What to produce » Reproduce exactly the lines below, from the first through the one containing "#274=EDGE_CURVE('',#269,#161,#273,.T.);", and nothing more.

Records »
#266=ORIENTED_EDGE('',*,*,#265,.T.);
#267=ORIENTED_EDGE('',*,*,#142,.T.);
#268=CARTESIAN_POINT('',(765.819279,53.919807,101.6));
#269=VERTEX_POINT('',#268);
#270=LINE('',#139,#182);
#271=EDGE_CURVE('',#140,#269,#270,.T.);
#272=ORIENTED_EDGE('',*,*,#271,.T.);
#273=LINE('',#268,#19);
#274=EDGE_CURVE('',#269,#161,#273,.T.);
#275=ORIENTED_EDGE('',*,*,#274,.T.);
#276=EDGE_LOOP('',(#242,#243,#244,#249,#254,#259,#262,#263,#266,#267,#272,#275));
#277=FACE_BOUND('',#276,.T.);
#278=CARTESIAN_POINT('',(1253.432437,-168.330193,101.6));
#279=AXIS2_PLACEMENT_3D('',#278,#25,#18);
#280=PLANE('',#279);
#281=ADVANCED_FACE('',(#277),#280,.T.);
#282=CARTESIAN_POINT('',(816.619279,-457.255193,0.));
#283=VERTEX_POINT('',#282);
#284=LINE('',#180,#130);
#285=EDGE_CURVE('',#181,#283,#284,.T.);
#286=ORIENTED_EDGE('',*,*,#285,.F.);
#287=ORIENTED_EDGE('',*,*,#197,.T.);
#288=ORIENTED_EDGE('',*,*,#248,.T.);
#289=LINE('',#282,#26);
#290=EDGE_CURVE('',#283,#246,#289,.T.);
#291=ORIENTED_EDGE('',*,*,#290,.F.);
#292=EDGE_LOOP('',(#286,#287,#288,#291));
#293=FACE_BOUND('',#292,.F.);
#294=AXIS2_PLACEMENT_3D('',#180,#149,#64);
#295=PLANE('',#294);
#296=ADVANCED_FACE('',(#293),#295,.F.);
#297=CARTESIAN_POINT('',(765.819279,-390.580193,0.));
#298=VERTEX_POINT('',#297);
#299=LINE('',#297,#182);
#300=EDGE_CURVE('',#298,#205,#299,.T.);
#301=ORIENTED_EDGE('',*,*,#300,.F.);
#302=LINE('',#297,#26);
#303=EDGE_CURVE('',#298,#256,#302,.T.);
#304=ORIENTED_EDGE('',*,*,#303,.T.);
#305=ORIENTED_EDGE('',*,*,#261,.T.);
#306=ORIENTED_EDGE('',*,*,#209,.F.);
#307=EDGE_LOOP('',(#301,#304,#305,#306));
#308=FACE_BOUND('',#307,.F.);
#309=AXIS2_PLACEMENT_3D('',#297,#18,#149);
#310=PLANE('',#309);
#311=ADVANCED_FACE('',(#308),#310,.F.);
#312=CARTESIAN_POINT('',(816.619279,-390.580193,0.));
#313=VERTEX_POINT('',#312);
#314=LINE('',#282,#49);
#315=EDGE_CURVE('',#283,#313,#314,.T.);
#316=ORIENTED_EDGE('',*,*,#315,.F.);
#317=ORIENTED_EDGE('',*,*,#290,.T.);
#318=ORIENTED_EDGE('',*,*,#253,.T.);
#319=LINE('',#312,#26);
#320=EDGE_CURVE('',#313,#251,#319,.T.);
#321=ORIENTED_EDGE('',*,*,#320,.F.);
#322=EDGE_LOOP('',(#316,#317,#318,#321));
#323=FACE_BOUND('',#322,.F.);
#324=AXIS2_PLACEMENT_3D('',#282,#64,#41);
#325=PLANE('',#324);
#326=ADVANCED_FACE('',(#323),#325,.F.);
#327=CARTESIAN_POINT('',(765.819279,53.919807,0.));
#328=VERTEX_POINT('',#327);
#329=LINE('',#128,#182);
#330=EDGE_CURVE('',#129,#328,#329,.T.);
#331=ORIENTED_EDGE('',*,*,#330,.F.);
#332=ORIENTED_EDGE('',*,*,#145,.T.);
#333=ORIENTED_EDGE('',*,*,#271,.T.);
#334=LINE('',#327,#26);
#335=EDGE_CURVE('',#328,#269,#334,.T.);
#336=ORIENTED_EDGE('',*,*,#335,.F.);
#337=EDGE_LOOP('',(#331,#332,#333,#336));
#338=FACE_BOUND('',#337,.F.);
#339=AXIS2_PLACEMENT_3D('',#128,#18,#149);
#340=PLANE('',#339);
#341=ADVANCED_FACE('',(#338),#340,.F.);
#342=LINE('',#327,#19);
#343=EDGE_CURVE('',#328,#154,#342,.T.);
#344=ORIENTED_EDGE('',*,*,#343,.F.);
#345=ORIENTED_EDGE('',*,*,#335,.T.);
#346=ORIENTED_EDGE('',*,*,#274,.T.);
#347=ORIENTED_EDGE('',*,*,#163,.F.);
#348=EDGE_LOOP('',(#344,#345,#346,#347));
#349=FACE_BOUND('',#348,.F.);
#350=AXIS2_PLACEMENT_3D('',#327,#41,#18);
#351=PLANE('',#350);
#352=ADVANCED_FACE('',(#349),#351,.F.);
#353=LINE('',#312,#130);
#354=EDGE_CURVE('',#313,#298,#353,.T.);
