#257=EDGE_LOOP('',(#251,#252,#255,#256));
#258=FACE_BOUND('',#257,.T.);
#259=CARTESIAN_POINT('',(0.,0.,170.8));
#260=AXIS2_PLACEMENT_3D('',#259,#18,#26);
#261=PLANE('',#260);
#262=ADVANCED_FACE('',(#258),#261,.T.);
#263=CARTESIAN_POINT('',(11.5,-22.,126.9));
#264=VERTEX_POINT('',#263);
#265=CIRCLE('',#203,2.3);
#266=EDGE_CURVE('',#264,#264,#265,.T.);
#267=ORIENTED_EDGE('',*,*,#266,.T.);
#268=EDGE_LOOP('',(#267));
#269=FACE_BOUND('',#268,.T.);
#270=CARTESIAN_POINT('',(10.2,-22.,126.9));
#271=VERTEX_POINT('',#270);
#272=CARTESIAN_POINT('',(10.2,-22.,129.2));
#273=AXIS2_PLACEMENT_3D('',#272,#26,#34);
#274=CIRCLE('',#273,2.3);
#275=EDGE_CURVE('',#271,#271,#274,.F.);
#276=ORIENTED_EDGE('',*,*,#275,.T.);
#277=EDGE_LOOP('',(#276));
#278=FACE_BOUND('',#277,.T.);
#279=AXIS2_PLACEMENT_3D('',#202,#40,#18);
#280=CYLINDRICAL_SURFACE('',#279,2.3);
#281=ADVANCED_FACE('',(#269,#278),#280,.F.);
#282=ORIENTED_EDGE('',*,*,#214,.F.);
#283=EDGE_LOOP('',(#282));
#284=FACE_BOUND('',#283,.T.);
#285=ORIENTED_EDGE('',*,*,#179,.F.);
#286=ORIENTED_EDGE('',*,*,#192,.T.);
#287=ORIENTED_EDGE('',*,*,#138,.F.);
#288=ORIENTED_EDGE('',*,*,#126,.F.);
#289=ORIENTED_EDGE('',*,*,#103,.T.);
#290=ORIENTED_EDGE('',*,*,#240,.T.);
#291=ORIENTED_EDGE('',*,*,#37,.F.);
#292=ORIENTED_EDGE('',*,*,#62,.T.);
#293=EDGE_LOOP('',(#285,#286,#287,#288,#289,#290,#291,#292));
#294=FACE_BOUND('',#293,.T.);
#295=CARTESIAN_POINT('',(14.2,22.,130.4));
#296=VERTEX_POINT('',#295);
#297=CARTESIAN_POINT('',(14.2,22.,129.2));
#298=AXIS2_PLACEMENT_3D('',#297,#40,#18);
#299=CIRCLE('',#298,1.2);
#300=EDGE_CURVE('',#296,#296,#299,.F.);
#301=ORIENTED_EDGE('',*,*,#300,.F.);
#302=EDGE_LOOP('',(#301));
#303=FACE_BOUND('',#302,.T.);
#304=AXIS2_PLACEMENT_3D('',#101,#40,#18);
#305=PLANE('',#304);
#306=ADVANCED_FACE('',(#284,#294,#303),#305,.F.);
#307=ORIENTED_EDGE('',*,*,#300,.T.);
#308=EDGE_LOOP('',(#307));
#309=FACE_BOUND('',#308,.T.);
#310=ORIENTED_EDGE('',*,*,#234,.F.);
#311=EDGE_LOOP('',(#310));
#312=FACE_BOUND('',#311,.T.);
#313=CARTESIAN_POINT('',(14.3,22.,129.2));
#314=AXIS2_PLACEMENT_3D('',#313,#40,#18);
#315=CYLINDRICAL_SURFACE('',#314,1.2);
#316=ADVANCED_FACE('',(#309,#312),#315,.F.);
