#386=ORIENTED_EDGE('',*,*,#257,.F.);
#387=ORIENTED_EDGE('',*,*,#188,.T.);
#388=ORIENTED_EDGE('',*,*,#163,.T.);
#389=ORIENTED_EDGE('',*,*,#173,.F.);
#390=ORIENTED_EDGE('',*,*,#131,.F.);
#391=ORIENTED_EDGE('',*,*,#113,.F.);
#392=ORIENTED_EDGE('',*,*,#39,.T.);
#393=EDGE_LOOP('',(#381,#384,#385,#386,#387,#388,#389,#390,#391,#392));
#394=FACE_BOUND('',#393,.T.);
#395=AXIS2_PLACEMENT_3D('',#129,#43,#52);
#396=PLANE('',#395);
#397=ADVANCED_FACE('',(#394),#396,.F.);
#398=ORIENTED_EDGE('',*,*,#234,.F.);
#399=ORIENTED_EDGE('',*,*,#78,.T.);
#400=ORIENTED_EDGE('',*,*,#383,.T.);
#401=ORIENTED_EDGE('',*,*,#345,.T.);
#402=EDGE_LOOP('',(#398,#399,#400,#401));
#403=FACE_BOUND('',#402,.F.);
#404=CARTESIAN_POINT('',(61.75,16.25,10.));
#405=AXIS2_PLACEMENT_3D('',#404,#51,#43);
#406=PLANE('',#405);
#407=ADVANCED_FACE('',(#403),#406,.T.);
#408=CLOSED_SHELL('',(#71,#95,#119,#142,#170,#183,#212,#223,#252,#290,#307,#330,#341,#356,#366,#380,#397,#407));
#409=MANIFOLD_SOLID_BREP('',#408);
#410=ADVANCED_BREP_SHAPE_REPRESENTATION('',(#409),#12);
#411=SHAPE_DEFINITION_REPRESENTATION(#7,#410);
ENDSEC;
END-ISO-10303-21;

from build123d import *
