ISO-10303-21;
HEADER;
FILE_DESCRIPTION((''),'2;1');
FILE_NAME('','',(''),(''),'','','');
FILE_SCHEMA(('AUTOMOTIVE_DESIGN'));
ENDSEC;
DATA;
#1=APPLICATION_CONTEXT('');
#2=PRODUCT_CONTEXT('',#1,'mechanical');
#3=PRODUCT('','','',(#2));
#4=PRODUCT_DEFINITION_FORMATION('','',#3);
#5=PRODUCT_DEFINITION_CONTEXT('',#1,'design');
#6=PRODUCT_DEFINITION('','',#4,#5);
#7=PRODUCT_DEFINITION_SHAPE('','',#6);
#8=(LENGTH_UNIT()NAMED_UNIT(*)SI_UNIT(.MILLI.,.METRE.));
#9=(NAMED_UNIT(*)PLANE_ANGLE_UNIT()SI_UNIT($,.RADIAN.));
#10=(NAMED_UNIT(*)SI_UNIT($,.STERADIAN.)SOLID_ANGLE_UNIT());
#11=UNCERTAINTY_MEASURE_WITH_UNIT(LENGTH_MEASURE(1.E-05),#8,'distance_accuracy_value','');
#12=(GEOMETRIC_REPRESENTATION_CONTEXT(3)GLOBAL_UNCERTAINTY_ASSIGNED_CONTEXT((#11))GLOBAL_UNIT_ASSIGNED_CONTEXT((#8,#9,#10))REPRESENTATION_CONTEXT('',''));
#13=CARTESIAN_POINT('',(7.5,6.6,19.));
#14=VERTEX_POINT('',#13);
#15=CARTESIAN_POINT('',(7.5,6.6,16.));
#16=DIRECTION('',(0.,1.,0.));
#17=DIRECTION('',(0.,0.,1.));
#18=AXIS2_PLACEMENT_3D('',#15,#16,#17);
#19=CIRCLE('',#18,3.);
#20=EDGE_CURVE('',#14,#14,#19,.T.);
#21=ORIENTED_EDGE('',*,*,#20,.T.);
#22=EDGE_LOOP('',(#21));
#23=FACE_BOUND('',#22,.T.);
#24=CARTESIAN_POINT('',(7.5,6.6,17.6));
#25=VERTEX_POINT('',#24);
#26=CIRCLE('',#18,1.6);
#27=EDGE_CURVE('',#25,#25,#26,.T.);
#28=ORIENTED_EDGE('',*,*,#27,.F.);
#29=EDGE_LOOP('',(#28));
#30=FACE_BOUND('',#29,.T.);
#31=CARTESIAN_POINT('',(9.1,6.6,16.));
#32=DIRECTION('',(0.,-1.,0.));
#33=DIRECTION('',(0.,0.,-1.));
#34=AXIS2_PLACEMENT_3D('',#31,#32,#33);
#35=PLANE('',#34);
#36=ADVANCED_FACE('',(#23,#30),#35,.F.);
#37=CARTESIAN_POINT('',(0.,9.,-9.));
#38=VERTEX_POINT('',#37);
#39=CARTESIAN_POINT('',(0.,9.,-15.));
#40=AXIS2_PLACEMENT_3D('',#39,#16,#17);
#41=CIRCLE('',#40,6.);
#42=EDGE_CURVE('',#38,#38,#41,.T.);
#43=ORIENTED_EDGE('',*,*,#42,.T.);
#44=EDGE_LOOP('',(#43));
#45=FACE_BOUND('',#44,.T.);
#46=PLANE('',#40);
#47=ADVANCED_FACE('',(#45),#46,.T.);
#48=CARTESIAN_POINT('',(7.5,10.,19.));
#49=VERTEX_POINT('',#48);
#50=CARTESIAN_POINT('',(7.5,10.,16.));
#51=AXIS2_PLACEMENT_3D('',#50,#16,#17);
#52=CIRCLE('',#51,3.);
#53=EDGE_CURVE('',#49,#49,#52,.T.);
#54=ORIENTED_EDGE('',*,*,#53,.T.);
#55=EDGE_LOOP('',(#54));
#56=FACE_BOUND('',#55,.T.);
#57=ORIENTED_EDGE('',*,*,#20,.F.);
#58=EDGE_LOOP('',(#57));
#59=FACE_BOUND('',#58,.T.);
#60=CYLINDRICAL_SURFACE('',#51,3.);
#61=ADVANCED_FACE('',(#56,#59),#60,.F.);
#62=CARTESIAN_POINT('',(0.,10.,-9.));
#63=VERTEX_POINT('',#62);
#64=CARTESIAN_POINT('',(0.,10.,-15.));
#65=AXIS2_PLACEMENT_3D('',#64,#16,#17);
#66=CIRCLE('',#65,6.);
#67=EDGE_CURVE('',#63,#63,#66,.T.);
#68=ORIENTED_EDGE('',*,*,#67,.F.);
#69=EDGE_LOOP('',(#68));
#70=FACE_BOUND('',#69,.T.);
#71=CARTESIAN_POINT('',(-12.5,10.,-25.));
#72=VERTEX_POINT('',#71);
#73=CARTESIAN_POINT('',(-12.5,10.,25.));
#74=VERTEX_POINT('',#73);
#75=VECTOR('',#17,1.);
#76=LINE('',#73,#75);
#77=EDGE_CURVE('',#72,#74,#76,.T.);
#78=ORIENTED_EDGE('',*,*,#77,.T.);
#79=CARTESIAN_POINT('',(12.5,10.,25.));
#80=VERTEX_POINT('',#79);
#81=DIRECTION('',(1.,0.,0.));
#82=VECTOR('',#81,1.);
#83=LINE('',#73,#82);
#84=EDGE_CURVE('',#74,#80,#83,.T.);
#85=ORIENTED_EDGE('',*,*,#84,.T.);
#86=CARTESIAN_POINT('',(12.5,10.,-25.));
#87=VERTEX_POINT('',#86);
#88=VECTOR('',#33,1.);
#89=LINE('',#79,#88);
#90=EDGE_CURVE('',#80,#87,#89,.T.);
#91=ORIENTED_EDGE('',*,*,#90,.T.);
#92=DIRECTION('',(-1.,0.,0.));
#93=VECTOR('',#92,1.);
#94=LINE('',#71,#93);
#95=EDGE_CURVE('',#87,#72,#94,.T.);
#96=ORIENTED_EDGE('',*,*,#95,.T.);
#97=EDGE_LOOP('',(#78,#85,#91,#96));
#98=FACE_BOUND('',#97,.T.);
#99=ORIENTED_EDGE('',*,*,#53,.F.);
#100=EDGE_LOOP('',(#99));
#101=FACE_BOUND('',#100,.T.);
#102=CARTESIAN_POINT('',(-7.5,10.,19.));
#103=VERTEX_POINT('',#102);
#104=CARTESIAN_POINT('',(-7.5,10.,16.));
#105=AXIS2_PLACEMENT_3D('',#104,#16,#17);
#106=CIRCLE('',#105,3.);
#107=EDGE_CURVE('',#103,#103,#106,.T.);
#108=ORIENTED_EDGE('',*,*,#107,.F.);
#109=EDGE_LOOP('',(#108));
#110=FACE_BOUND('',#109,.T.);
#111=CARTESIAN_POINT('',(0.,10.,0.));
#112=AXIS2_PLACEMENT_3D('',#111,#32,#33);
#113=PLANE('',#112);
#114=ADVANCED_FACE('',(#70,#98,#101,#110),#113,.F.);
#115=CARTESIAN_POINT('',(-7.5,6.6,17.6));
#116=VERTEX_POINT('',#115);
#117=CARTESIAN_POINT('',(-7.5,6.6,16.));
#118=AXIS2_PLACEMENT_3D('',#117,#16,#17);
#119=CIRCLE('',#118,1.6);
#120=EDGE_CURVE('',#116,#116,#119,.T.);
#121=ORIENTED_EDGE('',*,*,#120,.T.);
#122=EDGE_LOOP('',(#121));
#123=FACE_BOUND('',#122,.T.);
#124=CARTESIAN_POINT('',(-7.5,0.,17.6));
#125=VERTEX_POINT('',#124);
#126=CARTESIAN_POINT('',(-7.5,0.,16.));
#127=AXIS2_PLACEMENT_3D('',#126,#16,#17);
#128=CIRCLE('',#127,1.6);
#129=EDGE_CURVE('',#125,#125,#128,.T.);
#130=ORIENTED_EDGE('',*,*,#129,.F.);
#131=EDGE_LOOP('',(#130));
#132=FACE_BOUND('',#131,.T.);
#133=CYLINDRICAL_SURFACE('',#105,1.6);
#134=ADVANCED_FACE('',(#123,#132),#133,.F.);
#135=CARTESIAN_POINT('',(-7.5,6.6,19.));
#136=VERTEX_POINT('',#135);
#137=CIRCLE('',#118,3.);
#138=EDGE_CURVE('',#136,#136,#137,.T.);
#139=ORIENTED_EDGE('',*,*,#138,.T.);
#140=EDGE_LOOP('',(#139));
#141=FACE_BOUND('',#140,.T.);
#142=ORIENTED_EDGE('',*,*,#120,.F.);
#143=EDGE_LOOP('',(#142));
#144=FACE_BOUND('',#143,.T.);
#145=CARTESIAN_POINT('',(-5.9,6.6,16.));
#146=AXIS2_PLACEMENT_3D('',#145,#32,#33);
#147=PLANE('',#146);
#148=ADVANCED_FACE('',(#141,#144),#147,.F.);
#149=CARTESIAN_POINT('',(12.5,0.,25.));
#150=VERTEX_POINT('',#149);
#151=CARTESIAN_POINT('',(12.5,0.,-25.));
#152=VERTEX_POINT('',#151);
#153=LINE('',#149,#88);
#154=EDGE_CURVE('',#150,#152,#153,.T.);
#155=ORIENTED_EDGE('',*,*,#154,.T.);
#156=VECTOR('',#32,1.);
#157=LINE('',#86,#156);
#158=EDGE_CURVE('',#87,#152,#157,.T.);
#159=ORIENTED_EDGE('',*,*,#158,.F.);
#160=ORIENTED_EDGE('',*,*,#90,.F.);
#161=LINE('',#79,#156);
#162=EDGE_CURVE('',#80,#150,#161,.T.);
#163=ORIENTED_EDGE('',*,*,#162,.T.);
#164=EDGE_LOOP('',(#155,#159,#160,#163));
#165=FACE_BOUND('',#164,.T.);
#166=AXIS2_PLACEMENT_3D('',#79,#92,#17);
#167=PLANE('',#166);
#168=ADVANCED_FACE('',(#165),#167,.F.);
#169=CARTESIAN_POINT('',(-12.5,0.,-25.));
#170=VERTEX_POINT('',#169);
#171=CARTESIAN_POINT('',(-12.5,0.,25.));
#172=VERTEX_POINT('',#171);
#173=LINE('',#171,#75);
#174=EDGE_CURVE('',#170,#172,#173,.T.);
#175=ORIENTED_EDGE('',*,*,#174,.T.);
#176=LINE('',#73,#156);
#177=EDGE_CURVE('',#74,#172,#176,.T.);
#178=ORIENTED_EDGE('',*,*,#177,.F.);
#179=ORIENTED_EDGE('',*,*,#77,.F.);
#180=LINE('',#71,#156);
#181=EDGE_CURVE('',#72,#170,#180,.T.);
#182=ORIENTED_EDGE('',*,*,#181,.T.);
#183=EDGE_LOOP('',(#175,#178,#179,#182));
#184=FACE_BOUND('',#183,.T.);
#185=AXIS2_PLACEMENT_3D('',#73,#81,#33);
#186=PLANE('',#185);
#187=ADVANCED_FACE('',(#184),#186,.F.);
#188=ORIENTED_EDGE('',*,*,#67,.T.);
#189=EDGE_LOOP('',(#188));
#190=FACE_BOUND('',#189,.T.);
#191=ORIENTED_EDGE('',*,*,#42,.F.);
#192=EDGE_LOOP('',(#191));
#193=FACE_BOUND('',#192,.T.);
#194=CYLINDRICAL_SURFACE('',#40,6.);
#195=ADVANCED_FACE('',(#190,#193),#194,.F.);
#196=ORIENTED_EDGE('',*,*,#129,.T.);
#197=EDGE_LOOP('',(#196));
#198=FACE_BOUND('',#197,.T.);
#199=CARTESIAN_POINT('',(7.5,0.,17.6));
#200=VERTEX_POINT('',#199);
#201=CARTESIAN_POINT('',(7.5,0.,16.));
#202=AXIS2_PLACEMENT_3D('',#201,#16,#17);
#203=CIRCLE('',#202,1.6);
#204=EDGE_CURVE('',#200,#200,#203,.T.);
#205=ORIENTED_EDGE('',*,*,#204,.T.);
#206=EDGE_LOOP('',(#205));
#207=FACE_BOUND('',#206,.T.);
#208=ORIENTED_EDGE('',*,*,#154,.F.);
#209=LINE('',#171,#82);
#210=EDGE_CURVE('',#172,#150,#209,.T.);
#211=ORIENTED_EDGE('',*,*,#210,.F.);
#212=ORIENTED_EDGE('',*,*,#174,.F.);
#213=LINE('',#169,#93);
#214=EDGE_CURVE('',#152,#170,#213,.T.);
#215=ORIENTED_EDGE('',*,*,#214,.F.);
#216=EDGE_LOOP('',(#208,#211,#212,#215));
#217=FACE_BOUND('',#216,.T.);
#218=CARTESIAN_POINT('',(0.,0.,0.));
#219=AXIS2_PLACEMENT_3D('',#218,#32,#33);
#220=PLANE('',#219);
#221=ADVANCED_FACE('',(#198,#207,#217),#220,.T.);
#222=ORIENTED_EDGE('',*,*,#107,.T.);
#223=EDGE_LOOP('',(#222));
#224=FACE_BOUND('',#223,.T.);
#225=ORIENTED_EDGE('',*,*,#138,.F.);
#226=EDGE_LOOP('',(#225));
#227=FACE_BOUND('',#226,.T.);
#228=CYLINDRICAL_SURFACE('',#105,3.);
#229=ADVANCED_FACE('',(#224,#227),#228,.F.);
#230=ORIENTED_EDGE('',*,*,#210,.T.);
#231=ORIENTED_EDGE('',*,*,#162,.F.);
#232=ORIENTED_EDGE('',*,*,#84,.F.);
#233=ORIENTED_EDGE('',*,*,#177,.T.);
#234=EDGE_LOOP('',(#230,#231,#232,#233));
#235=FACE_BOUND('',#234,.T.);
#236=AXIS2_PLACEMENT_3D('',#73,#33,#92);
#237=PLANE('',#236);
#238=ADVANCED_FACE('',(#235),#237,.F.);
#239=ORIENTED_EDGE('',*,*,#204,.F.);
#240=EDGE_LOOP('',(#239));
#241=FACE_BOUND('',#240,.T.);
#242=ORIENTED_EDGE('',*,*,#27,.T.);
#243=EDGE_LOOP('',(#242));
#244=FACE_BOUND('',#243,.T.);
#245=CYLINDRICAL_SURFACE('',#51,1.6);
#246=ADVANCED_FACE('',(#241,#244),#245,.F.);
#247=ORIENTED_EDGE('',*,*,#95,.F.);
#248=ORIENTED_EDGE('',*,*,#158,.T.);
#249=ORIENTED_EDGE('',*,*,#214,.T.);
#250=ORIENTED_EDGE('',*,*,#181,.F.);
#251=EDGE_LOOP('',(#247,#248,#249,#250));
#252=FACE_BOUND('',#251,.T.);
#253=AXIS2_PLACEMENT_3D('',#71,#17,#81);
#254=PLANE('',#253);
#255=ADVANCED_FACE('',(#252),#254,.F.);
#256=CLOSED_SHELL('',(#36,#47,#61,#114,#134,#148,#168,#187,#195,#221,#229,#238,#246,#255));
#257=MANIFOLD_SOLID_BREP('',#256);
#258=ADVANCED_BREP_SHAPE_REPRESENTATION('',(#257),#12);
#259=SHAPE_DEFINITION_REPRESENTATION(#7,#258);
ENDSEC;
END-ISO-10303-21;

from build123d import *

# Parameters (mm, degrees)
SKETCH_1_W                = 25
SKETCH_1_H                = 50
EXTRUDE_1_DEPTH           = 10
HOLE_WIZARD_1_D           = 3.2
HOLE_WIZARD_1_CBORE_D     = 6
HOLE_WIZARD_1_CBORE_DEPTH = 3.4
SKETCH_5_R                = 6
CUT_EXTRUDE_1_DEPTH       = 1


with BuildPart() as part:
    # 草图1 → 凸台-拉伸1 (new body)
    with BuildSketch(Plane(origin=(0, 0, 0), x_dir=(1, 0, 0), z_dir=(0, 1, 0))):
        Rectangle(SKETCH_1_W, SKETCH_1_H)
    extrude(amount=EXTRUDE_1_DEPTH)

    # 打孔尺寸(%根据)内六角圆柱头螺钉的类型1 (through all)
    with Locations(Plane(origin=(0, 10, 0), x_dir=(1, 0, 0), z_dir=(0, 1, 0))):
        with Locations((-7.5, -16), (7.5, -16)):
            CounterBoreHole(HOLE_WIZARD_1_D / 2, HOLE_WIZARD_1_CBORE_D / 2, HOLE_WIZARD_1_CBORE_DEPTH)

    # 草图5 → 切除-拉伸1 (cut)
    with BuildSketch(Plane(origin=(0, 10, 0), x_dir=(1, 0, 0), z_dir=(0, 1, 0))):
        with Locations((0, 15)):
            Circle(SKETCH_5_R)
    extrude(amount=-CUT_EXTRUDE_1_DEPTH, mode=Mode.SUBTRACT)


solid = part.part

Reply »
#266=ORIENTED_EDGE('',*,*,#265,.T.);
#267=ORIENTED_EDGE('',*,*,#142,.T.);
#268=CARTESIAN_POINT('',(765.819279,53.919807,101.6));
#269=VERTEX_POINT('',#268);
#270=LINE('',#139,#182);
#271=EDGE_CURVE('',#140,#269,#270,.T.);
#272=ORIENTED_EDGE('',*,*,#271,.T.);
#273=LINE('',#268,#19);
#274=EDGE_CURVE('',#269,#161,#273,.T.);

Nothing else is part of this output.